## TASK INSTRUCTIONS
The following data has a line with "e8 v8 v6 LINE" and a line with "e40 v9 v23 LINE". Write out exactly those lines and all the lines between them.

## PROVIDED RECORDS
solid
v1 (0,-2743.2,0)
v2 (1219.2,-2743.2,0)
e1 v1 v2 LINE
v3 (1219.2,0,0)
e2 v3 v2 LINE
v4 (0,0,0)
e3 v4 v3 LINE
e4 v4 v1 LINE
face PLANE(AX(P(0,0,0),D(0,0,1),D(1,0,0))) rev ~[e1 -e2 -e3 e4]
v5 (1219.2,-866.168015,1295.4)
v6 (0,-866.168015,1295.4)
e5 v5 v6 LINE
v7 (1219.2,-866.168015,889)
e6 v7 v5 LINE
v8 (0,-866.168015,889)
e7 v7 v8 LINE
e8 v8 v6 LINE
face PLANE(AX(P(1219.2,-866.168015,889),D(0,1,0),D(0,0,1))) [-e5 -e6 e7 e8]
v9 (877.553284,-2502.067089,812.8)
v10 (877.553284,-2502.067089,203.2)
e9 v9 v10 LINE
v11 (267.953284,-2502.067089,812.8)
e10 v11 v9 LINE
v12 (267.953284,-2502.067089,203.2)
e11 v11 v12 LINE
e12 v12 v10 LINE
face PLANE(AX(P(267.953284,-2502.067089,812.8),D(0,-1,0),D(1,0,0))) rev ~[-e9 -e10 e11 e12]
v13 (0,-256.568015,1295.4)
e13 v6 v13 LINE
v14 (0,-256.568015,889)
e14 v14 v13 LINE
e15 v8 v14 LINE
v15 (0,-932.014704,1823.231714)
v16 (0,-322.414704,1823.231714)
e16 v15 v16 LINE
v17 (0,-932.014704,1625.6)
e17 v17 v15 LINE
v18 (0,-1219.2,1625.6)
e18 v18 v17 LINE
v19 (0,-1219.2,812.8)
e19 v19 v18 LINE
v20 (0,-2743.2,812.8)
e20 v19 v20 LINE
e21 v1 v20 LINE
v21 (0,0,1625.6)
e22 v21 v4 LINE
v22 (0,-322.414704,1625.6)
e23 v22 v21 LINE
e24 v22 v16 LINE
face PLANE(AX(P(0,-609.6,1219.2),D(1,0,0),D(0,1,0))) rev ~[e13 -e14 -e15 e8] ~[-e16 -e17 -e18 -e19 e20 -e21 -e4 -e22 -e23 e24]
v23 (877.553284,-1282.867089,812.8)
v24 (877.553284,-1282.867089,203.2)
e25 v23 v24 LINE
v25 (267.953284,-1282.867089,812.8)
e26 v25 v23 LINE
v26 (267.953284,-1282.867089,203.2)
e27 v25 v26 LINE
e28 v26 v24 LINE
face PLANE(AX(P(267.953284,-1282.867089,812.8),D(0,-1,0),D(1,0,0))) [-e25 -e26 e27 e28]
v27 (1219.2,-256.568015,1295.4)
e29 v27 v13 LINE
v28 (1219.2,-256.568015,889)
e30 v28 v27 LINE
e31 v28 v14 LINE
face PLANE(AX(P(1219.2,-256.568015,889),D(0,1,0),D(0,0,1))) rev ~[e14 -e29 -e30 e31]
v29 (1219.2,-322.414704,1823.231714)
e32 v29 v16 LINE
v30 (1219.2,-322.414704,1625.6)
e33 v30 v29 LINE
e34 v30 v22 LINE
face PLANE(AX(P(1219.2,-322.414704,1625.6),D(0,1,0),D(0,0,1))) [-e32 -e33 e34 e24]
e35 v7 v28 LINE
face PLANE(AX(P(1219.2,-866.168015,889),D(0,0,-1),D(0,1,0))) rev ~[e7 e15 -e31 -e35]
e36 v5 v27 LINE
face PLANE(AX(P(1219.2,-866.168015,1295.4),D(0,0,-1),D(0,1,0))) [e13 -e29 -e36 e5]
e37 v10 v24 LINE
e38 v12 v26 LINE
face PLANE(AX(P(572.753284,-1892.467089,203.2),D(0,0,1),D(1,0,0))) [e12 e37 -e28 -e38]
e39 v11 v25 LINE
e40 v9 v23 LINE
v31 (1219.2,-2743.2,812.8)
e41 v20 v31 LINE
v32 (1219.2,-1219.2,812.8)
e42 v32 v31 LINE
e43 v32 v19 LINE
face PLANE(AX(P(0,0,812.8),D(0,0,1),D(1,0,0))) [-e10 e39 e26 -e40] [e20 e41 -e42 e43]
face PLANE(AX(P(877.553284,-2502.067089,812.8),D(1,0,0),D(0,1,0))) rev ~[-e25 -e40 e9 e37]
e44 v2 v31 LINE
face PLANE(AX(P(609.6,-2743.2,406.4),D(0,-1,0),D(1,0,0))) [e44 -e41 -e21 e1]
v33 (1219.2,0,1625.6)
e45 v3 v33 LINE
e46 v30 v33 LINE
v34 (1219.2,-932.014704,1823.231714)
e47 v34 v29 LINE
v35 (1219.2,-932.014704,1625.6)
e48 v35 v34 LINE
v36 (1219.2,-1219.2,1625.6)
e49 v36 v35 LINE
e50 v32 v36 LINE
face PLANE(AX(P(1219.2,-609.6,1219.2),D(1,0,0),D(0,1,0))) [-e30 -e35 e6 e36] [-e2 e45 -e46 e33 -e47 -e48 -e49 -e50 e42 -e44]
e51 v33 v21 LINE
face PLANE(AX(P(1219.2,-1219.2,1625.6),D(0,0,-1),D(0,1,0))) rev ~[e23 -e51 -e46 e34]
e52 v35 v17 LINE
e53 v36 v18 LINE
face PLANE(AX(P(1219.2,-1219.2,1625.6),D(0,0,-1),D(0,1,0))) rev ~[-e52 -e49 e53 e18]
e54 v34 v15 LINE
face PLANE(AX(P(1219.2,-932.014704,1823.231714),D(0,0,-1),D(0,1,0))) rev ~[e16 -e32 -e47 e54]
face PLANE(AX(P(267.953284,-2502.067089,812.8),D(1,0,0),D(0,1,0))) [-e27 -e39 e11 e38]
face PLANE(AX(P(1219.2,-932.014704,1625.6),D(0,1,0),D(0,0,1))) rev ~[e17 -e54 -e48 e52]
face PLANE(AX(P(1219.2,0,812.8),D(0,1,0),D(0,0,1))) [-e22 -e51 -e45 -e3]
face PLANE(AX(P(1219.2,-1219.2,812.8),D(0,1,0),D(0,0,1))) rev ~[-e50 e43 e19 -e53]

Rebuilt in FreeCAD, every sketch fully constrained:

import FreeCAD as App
import Part
import Sketcher
from FreeCAD import Vector
Q = App.Units.Quantity

doc = App.newDocument("Part")
body = doc.addObject("PartDesign::Body", "Body")

# Sketch on XZ plane
sketch1 = body.newObject("Sketcher::SketchObject", "Sketch")
sketch1.AttachmentSupport = (doc.getObject("XZ_Plane"), [""])
sketch1.MapMode = "FlatFace"
sketch1.addGeometry(Part.LineSegment(Vector(0, 812.8, 0), Vector(0, 0, 0)), False)
sketch1.addGeometry(Part.LineSegment(Vector(0, 0, 0), Vector(1219.2, 0, 0)), False)
sketch1.addGeometry(Part.LineSegment(Vector(1219.2, 0, 0), Vector(1219.2, 812.8, 0)), False)
sketch1.addGeometry(Part.LineSegment(Vector(1219.2, 812.8, 0), Vector(0, 812.8, 0)), False)
sketch1.addConstraint(Sketcher.Constraint("Coincident", 0, 2, 1, 1))
sketch1.addConstraint(Sketcher.Constraint("Coincident", 1, 2, 2, 1))
sketch1.addConstraint(Sketcher.Constraint("Coincident", 2, 2, 3, 1))
sketch1.addConstraint(Sketcher.Constraint("Coincident", 3, 2, 0, 1))
sketch1.addConstraint(Sketcher.Constraint("Vertical", 0))
sketch1.addConstraint(Sketcher.Constraint("Horizontal", 1))
sketch1.addConstraint(Sketcher.Constraint("Vertical", 2))
sketch1.addConstraint(Sketcher.Constraint("Horizontal", 3))
sketch1.addConstraint(Sketcher.Constraint("Coincident", 0, 2, -1, 1))
sketch1.addConstraint(Sketcher.Constraint("DistanceX", 1, 1, 1, 2, Q("48 in")))
sketch1.addConstraint(Sketcher.Constraint("DistanceY", 0, 2, 0, 1, Q("32 in")))
pad1 = body.newObject("PartDesign::Pad", "Pad")
pad1.Profile = sketch1
pad1.Length = Q("108 in")

# Sketch on YZ plane
sketch2 = body.newObject("Sketcher::SketchObject", "Sketch001")
sketch2.AttachmentSupport = (doc.getObject("YZ_Plane"), [""])
sketch2.MapMode = "FlatFace"
sketch2.AttachmentOffset = App.Placement(Vector(0, 0, 48 * 25.4), App.Rotation())
sketch2.addGeometry(Part.LineSegment(Vector(-1219.2, 1625.6, 0), Vector(-1219.2, 812.8, 0)), False)
sketch2.addGeometry(Part.LineSegment(Vector(-1219.2, 812.8, 0), Vector(0, 812.8, 0)), False)
sketch2.addGeometry(Part.LineSegment(Vector(0, 812.8, 0), Vector(0, 1625.6, 0)), False)
sketch2.addGeometry(Part.LineSegment(Vector(0, 1625.6, 0), Vector(-1219.2, 1625.6, 0)), False)
sketch2.addConstraint(Sketcher.Constraint("Coincident", 0, 2, 1, 1))
sketch2.addConstraint(Sketcher.Constraint("Coincident", 1, 2, 2, 1))
sketch2.addConstraint(Sketcher.Constraint("Coincident", 2, 2, 3, 1))
sketch2.addConstraint(Sketcher.Constraint("Coincident", 3, 2, 0, 1))
sketch2.addConstraint(Sketcher.Constraint("Vertical", 0))
sketch2.addConstraint(Sketcher.Constraint("Horizontal", 1))
sketch2.addConstraint(Sketcher.Constraint("Vertical", 2))
sketch2.addConstraint(Sketcher.Constraint("Horizontal", 3))
sketch2.addConstraint(Sketcher.Constraint("PointOnObject", 1, 2, -2))
sketch2.addConstraint(Sketcher.Constraint("DistanceX", 1, 1, 1, 2, Q("48 in")))
sketch2.addConstraint(Sketcher.Constraint("DistanceY", 0, 2, 0, 1, Q("32 in")))
sketch2.addConstraint(Sketcher.Constraint("DistanceY", -1, 1, 0, 2, Q("32 in")))
pad2 = body.newObject("PartDesign::Pad", "Pad001")
pad2.Profile = sketch2
pad2.Length = Q("48 in")
pad2.Reversed = True

# Sketch on YZ plane
sketch3 = body.newObject("Sketcher::SketchObject", "Sketch002")
sketch3.AttachmentSupport = (doc.getObject("YZ_Plane"), [""])
sketch3.MapMode = "FlatFace"
sketch3.AttachmentOffset = App.Placement(Vector(0, 0, 48 * 25.4), App.Rotation())
sketch3.addGeometry(Part.LineSegment(Vector(-932.014704, 1823.231714, 0), Vector(-932.014704, 1625.6, 0)), False)
sketch3.addGeometry(Part.LineSegment(Vector(-932.014704, 1625.6, 0), Vector(-322.414704, 1625.6, 0)), False)
sketch3.addGeometry(Part.LineSegment(Vector(-322.414704, 1625.6, 0), Vector(-322.414704, 1823.231714, 0)), False)
sketch3.addGeometry(Part.LineSegment(Vector(-322.414704, 1823.231714, 0), Vector(-932.014704, 1823.231714, 0)), False)
sketch3.addConstraint(Sketcher.Constraint("Coincident", 0, 2, 1, 1))
sketch3.addConstraint(Sketcher.Constraint("Coincident", 1, 2, 2, 1))
sketch3.addConstraint(Sketcher.Constraint("Coincident", 2, 2, 3, 1))
sketch3.addConstraint(Sketcher.Constraint("Coincident", 3, 2, 0, 1))
sketch3.addConstraint(Sketcher.Constraint("Vertical", 0))
sketch3.addConstraint(Sketcher.Constraint("Horizontal", 1))
sketch3.addConstraint(Sketcher.Constraint("Vertical", 2))
sketch3.addConstraint(Sketcher.Constraint("Horizontal", 3))
sketch3.addConstraint(Sketcher.Constraint("DistanceX", 1, 1, 1, 2, Q("24 in")))
sketch3.addConstraint(Sketcher.Constraint("DistanceY", -1, 1, 0, 2, Q("64 in")))
sketch3.addConstraint(Sketcher.Constraint("DistanceY", 0, 2, 0, 1, 197.631714))
sketch3.addConstraint(Sketcher.Constraint("DistanceX", 0, 2, -1, 1, 932.014704))
pad3 = body.newObject("PartDesign::Pad", "Pad002")
pad3.Profile = sketch3
pad3.Length = Q("48 in")
pad3.Reversed = True

# Sketch on YZ plane
sketch4 = body.newObject("Sketcher::SketchObject", "Sketch003")
sketch4.AttachmentSupport = (doc.getObject("YZ_Plane"), [""])
sketch4.MapMode = "FlatFace"
sketch4.AttachmentOffset = App.Placement(Vector(0, 0, 48 * 25.4), App.Rotation())
sketch4.addGeometry(Part.LineSegment(Vector(-866.168015, 1295.4, 0), Vector(-866.168015, 889, 0)), False)
sketch4.addGeometry(Part.LineSegment(Vector(-866.168015, 889, 0), Vector(-256.568015, 889, 0)), False)
sketch4.addGeometry(Part.LineSegment(Vector(-256.568015, 889, 0), Vector(-256.568015, 1295.4, 0)), False)
sketch4.addGeometry(Part.LineSegment(Vector(-256.568015, 1295.4, 0), Vector(-866.168015, 1295.4, 0)), False)
sketch4.addConstraint(Sketcher.Constraint("Coincident", 0, 2, 1, 1))
sketch4.addConstraint(Sketcher.Constraint("Coincident", 1, 2, 2, 1))
sketch4.addConstraint(Sketcher.Constraint("Coincident", 2, 2, 3, 1))
sketch4.addConstraint(Sketcher.Constraint("Coincident", 3, 2, 0, 1))
sketch4.addConstraint(Sketcher.Constraint("Vertical", 0))
sketch4.addConstraint(Sketcher.Constraint("Horizontal", 1))
sketch4.addConstraint(Sketcher.Constraint("Vertical", 2))
sketch4.addConstraint(Sketcher.Constraint("Horizontal", 3))
sketch4.addConstraint(Sketcher.Constraint("DistanceX", 1, 1, 1, 2, Q("24 in")))
sketch4.addConstraint(Sketcher.Constraint("DistanceY", 0, 2, 0, 1, Q("16 in")))
sketch4.addConstraint(Sketcher.Constraint("DistanceY", -1, 1, 0, 2, Q("35 in")))
sketch4.addConstraint(Sketcher.Constraint("DistanceX", 0, 2, -1, 1, 866.168015))
pocket1 = body.newObject("PartDesign::Pocket", "Pocket")
pocket1.Profile = sketch4
pocket1.Length = Q("48 in")

# Sketch on XY plane
sketch5 = body.newObject("Sketcher::SketchObject", "Sketch004")
sketch5.AttachmentSupport = (doc.getObject("XY_Plane"), [""])
sketch5.MapMode = "FlatFace"
sketch5.AttachmentOffset = App.Placement(Vector(0, 0, 32 * 25.4), App.Rotation())
sketch5.addGeometry(Part.LineSegment(Vector(267.953284, -1282.867089, 0), Vector(267.953284, -2502.067089, 0)), False)
sketch5.addGeometry(Part.LineSegment(Vector(267.953284, -2502.067089, 0), Vector(877.553284, -2502.067089, 0)), False)
sketch5.addGeometry(Part.LineSegment(Vector(877.553284, -2502.067089, 0), Vector(877.553284, -1282.867089, 0)), False)
sketch5.addGeometry(Part.LineSegment(Vector(877.553284, -1282.867089, 0), Vector(267.953284, -1282.867089, 0)), False)
sketch5.addConstraint(Sketcher.Constraint("Coincident", 0, 2, 1, 1))
sketch5.addConstraint(Sketcher.Constraint("Coincident", 1, 2, 2, 1))
sketch5.addConstraint(Sketcher.Constraint("Coincident", 2, 2, 3, 1))
sketch5.addConstraint(Sketcher.Constraint("Coincident", 3, 2, 0, 1))
sketch5.addConstraint(Sketcher.Constraint("Vertical", 0))
sketch5.addConstraint(Sketcher.Constraint("Horizontal", 1))
sketch5.addConstraint(Sketcher.Constraint("Vertical", 2))
sketch5.addConstraint(Sketcher.Constraint("Horizontal", 3))
sketch5.addConstraint(Sketcher.Constraint("DistanceX", 1, 1, 1, 2, Q("24 in")))
sketch5.addConstraint(Sketcher.Constraint("DistanceY", 0, 2, 0, 1, Q("48 in")))
sketch5.addConstraint(Sketcher.Constraint("DistanceY", 0, 2, -1, 1, 2502.067089))
sketch5.addConstraint(Sketcher.Constraint("DistanceX", -1, 1, 0, 2, 267.953284))
pocket2 = body.newObject("PartDesign::Pocket", "Pocket001")
pocket2.Profile = sketch5
pocket2.Length = Q("24 in")

doc.recompute()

## RESULT OF THE TASK
e8 v8 v6 LINE
face PLANE(AX(P(1219.2,-866.168015,889),D(0,1,0),D(0,0,1))) [-e5 -e6 e7 e8]
v9 (877.553284,-2502.067089,812.8)
v10 (877.553284,-2502.067089,203.2)
e9 v9 v10 LINE
v11 (267.953284,-2502.067089,812.8)
e10 v11 v9 LINE
v12 (267.953284,-2502.067089,203.2)
e11 v11 v12 LINE
e12 v12 v10 LINE
face PLANE(AX(P(267.953284,-2502.067089,812.8),D(0,-1,0),D(1,0,0))) rev ~[-e9 -e10 e11 e12]
v13 (0,-256.568015,1295.4)
e13 v6 v13 LINE
v14 (0,-256.568015,889)
e14 v14 v13 LINE
e15 v8 v14 LINE
v15 (0,-932.014704,1823.231714)
v16 (0,-322.414704,1823.231714)
e16 v15 v16 LINE
v17 (0,-932.014704,1625.6)
e17 v17 v15 LINE
v18 (0,-1219.2,1625.6)
e18 v18 v17 LINE
v19 (0,-1219.2,812.8)
e19 v19 v18 LINE
v20 (0,-2743.2,812.8)
e20 v19 v20 LINE
e21 v1 v20 LINE
v21 (0,0,1625.6)
e22 v21 v4 LINE
v22 (0,-322.414704,1625.6)
e23 v22 v21 LINE
e24 v22 v16 LINE
face PLANE(AX(P(0,-609.6,1219.2),D(1,0,0),D(0,1,0))) rev ~[e13 -e14 -e15 e8] ~[-e16 -e17 -e18 -e19 e20 -e21 -e4 -e22 -e23 e24]
v23 (877.553284,-1282.867089,812.8)
v24 (877.553284,-1282.867089,203.2)
e25 v23 v24 LINE
v25 (267.953284,-1282.867089,812.8)
e26 v25 v23 LINE
v26 (267.953284,-1282.867089,203.2)
e27 v25 v26 LINE
e28 v26 v24 LINE
face PLANE(AX(P(267.953284,-1282.867089,812.8),D(0,-1,0),D(1,0,0))) [-e25 -e26 e27 e28]
v27 (1219.2,-256.568015,1295.4)
e29 v27 v13 LINE
v28 (1219.2,-256.568015,889)
e30 v28 v27 LINE
e31 v28 v14 LINE
face PLANE(AX(P(1219.2,-256.568015,889),D(0,1,0),D(0,0,1))) rev ~[e14 -e29 -e30 e31]
v29 (1219.2,-322.414704,1823.231714)
e32 v29 v16 LINE
v30 (1219.2,-322.414704,1625.6)
e33 v30 v29 LINE
e34 v30 v22 LINE
face PLANE(AX(P(1219.2,-322.414704,1625.6),D(0,1,0),D(0,0,1))) [-e32 -e33 e34 e24]
e35 v7 v28 LINE
face PLANE(AX(P(1219.2,-866.168015,889),D(0,0,-1),D(0,1,0))) rev ~[e7 e15 -e31 -e35]
e36 v5 v27 LINE
face PLANE(AX(P(1219.2,-866.168015,1295.4),D(0,0,-1),D(0,1,0))) [e13 -e29 -e36 e5]
e37 v10 v24 LINE
e38 v12 v26 LINE
face PLANE(AX(P(572.753284,-1892.467089,203.2),D(0,0,1),D(1,0,0))) [e12 e37 -e28 -e38]
e39 v11 v25 LINE
e40 v9 v23 LINE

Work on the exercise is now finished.